## PROBLEM STATEMENT:
Write out, please, the lines from the beginning of the material to the line with "v 278.626 -435.692 0", including both ends and nothing else.

## DATA PROVIDED:
-- -- --

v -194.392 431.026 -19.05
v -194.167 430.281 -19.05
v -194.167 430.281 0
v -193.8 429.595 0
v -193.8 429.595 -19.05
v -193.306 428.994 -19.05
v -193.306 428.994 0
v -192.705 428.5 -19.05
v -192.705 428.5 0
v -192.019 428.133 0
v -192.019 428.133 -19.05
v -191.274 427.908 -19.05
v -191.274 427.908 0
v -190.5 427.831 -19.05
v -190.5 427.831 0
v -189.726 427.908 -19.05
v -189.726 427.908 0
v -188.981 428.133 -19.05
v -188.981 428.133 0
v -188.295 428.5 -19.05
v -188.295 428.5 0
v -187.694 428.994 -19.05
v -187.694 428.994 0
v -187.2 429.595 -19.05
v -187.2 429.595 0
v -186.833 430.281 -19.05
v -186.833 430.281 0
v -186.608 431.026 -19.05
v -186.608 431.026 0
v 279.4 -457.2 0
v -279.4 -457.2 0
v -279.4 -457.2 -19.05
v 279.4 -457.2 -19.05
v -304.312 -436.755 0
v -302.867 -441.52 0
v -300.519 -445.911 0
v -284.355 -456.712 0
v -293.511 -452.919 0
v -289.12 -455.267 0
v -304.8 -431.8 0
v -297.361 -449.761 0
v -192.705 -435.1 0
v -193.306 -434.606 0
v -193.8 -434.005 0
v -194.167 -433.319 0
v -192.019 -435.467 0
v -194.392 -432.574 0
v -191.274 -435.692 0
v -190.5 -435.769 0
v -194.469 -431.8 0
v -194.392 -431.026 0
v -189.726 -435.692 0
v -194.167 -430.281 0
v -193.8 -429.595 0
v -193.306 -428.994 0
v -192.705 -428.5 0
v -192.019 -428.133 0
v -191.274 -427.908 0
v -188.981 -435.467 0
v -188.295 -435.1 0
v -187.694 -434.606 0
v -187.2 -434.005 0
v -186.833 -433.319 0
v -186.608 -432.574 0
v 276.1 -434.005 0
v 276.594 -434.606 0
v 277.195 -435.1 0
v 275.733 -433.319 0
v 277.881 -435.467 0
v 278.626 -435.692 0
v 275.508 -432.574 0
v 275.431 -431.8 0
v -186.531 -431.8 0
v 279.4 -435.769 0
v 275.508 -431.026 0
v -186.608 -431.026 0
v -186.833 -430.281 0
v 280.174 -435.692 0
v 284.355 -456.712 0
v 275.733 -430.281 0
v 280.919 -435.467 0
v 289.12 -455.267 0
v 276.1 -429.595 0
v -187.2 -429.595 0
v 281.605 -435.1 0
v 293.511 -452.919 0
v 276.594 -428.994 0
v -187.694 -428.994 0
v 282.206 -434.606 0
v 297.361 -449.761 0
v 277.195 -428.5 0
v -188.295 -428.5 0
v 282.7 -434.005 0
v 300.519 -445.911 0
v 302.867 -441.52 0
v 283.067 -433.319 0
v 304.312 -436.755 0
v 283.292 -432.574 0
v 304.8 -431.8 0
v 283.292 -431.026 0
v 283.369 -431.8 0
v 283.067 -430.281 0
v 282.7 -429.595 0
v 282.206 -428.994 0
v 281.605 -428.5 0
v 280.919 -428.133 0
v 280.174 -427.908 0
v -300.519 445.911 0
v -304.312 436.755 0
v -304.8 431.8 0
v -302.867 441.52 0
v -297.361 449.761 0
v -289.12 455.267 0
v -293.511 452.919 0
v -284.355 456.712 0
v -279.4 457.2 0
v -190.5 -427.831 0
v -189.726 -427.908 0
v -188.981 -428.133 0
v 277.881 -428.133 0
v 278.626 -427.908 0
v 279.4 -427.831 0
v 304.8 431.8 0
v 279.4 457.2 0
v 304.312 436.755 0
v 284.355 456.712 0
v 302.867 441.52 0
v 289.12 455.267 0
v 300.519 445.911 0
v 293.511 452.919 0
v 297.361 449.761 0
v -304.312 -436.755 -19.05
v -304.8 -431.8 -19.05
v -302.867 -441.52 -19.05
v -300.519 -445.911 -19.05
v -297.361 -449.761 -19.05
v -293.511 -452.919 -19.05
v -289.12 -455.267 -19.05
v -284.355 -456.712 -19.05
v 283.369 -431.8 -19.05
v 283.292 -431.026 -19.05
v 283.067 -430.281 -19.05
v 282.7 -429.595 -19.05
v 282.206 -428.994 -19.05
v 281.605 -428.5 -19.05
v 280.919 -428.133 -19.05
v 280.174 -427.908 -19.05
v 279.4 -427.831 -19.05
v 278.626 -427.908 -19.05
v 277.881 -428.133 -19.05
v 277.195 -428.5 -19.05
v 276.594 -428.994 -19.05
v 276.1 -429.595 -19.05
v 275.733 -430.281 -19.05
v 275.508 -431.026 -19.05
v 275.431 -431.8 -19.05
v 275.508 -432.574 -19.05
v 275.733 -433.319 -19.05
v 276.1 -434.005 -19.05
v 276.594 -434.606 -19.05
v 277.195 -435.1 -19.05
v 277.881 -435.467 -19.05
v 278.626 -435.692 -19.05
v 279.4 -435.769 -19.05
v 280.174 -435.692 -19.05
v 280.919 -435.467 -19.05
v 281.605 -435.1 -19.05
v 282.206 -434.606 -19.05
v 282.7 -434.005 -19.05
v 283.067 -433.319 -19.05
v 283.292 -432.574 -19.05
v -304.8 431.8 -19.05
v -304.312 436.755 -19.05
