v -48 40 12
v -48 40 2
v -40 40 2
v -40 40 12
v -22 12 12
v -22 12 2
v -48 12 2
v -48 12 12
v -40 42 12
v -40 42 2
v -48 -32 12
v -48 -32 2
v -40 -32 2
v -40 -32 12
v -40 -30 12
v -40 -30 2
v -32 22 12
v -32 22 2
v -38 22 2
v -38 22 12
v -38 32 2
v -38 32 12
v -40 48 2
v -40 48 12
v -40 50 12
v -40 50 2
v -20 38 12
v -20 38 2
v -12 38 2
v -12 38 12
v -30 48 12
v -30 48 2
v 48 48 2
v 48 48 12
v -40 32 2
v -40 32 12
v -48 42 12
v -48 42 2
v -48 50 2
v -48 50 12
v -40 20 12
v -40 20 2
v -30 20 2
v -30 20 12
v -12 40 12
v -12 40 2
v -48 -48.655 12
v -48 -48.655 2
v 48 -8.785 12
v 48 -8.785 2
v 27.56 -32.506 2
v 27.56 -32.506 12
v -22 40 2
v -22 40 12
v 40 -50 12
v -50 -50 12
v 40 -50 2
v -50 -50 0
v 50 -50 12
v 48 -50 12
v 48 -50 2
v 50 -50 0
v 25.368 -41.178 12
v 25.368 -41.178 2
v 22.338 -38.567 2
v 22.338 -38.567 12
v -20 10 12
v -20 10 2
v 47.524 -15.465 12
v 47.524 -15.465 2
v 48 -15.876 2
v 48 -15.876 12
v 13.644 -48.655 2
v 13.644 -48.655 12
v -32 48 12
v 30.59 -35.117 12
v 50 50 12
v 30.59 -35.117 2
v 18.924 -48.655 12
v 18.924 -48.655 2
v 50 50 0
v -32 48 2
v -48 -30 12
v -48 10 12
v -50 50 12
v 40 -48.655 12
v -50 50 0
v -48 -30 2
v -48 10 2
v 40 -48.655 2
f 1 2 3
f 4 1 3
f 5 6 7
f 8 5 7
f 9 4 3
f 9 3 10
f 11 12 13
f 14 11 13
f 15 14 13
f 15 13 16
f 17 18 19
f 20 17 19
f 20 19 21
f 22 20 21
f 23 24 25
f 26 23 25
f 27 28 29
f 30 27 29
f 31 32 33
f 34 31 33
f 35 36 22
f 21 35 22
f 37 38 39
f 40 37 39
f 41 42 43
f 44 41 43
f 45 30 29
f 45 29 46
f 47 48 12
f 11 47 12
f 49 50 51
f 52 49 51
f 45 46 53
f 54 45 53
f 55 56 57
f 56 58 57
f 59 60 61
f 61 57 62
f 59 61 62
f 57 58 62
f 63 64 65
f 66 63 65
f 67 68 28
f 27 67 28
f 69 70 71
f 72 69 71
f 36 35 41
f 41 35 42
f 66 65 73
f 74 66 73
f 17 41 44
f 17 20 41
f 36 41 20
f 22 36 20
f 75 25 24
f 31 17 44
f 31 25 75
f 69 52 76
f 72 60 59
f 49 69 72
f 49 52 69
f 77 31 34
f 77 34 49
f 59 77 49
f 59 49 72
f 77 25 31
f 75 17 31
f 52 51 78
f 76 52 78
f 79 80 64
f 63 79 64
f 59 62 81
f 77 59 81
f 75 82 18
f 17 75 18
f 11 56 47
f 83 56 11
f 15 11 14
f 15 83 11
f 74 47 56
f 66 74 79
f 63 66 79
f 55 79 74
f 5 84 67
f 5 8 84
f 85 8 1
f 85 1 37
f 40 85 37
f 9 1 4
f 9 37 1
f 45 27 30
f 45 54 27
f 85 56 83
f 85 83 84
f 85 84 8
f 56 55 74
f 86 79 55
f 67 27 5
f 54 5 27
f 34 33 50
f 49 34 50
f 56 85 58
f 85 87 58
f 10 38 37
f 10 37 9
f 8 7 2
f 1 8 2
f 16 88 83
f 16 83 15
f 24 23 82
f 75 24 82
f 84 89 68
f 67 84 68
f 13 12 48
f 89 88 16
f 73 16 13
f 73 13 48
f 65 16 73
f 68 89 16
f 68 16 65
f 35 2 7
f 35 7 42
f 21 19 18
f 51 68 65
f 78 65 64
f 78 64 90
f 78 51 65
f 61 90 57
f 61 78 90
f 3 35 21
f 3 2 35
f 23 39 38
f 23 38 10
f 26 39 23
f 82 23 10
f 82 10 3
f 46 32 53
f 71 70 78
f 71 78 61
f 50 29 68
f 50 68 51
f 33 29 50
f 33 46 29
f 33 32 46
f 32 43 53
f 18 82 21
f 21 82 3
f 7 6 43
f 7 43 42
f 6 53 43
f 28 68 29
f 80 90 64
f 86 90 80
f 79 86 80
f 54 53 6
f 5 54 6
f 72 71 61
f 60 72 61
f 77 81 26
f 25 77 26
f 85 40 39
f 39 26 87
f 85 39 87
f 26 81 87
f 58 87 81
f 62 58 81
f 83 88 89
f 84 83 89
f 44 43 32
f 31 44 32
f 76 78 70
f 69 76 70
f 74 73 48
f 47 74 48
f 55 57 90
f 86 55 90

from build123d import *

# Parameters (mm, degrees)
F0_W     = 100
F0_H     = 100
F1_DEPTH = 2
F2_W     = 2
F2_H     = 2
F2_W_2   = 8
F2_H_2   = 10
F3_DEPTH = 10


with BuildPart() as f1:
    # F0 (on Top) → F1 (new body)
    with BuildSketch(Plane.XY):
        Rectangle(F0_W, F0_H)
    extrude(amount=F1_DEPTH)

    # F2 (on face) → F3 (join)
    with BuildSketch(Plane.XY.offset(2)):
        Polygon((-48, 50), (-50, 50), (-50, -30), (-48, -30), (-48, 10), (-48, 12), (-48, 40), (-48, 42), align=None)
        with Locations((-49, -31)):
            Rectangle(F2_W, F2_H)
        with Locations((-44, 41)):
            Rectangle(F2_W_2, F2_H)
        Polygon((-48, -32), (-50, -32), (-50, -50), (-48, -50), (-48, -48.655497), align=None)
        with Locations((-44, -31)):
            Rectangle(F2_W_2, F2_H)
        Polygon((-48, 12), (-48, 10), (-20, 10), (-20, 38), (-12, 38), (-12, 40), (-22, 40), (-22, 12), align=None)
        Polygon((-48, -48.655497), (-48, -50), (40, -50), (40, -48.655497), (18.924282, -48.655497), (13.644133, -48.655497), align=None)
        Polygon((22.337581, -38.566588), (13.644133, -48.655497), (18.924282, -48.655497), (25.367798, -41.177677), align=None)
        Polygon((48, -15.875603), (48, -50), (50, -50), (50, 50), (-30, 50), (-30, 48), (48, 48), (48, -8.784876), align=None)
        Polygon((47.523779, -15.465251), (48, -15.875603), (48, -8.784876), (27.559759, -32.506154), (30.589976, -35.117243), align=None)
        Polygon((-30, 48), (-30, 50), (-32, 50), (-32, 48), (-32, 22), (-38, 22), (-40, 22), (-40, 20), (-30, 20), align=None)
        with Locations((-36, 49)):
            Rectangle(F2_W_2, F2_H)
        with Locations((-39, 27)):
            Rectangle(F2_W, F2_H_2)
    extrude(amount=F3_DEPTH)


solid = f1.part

-- -- --

## EXERCISE RESULT:
v -194.392 431.026 -19.05
v -194.167 430.281 -19.05
v -194.167 430.281 0
v -193.8 429.595 0
v -193.8 429.595 -19.05
v -193.306 428.994 -19.05
v -193.306 428.994 0
v -192.705 428.5 -19.05
v -192.705 428.5 0
v -192.019 428.133 0
v -192.019 428.133 -19.05
v -191.274 427.908 -19.05
v -191.274 427.908 0
v -190.5 427.831 -19.05
v -190.5 427.831 0
v -189.726 427.908 -19.05
v -189.726 427.908 0
v -188.981 428.133 -19.05
v -188.981 428.133 0
v -188.295 428.5 -19.05
v -188.295 428.5 0
v -187.694 428.994 -19.05
v -187.694 428.994 0
v -187.2 429.595 -19.05
v -187.2 429.595 0
v -186.833 430.281 -19.05
v -186.833 430.281 0
v -186.608 431.026 -19.05
v -186.608 431.026 0
v 279.4 -457.2 0
v -279.4 -457.2 0
v -279.4 -457.2 -19.05
v 279.4 -457.2 -19.05
v -304.312 -436.755 0
v -302.867 -441.52 0
v -300.519 -445.911 0
v -284.355 -456.712 0
v -293.511 -452.919 0
v -289.12 -455.267 0
v -304.8 -431.8 0
v -297.361 -449.761 0
v -192.705 -435.1 0
v -193.306 -434.606 0
v -193.8 -434.005 0
v -194.167 -433.319 0
v -192.019 -435.467 0
v -194.392 -432.574 0
v -191.274 -435.692 0
v -190.5 -435.769 0
v -194.469 -431.8 0
v -194.392 -431.026 0
v -189.726 -435.692 0
v -194.167 -430.281 0
v -193.8 -429.595 0
v -193.306 -428.994 0
v -192.705 -428.5 0
v -192.019 -428.133 0
v -191.274 -427.908 0
v -188.981 -435.467 0
v -188.295 -435.1 0
v -187.694 -434.606 0
v -187.2 -434.005 0
v -186.833 -433.319 0
v -186.608 -432.574 0
v 276.1 -434.005 0
v 276.594 -434.606 0
v 277.195 -435.1 0
v 275.733 -433.319 0
v 277.881 -435.467 0
v 278.626 -435.692 0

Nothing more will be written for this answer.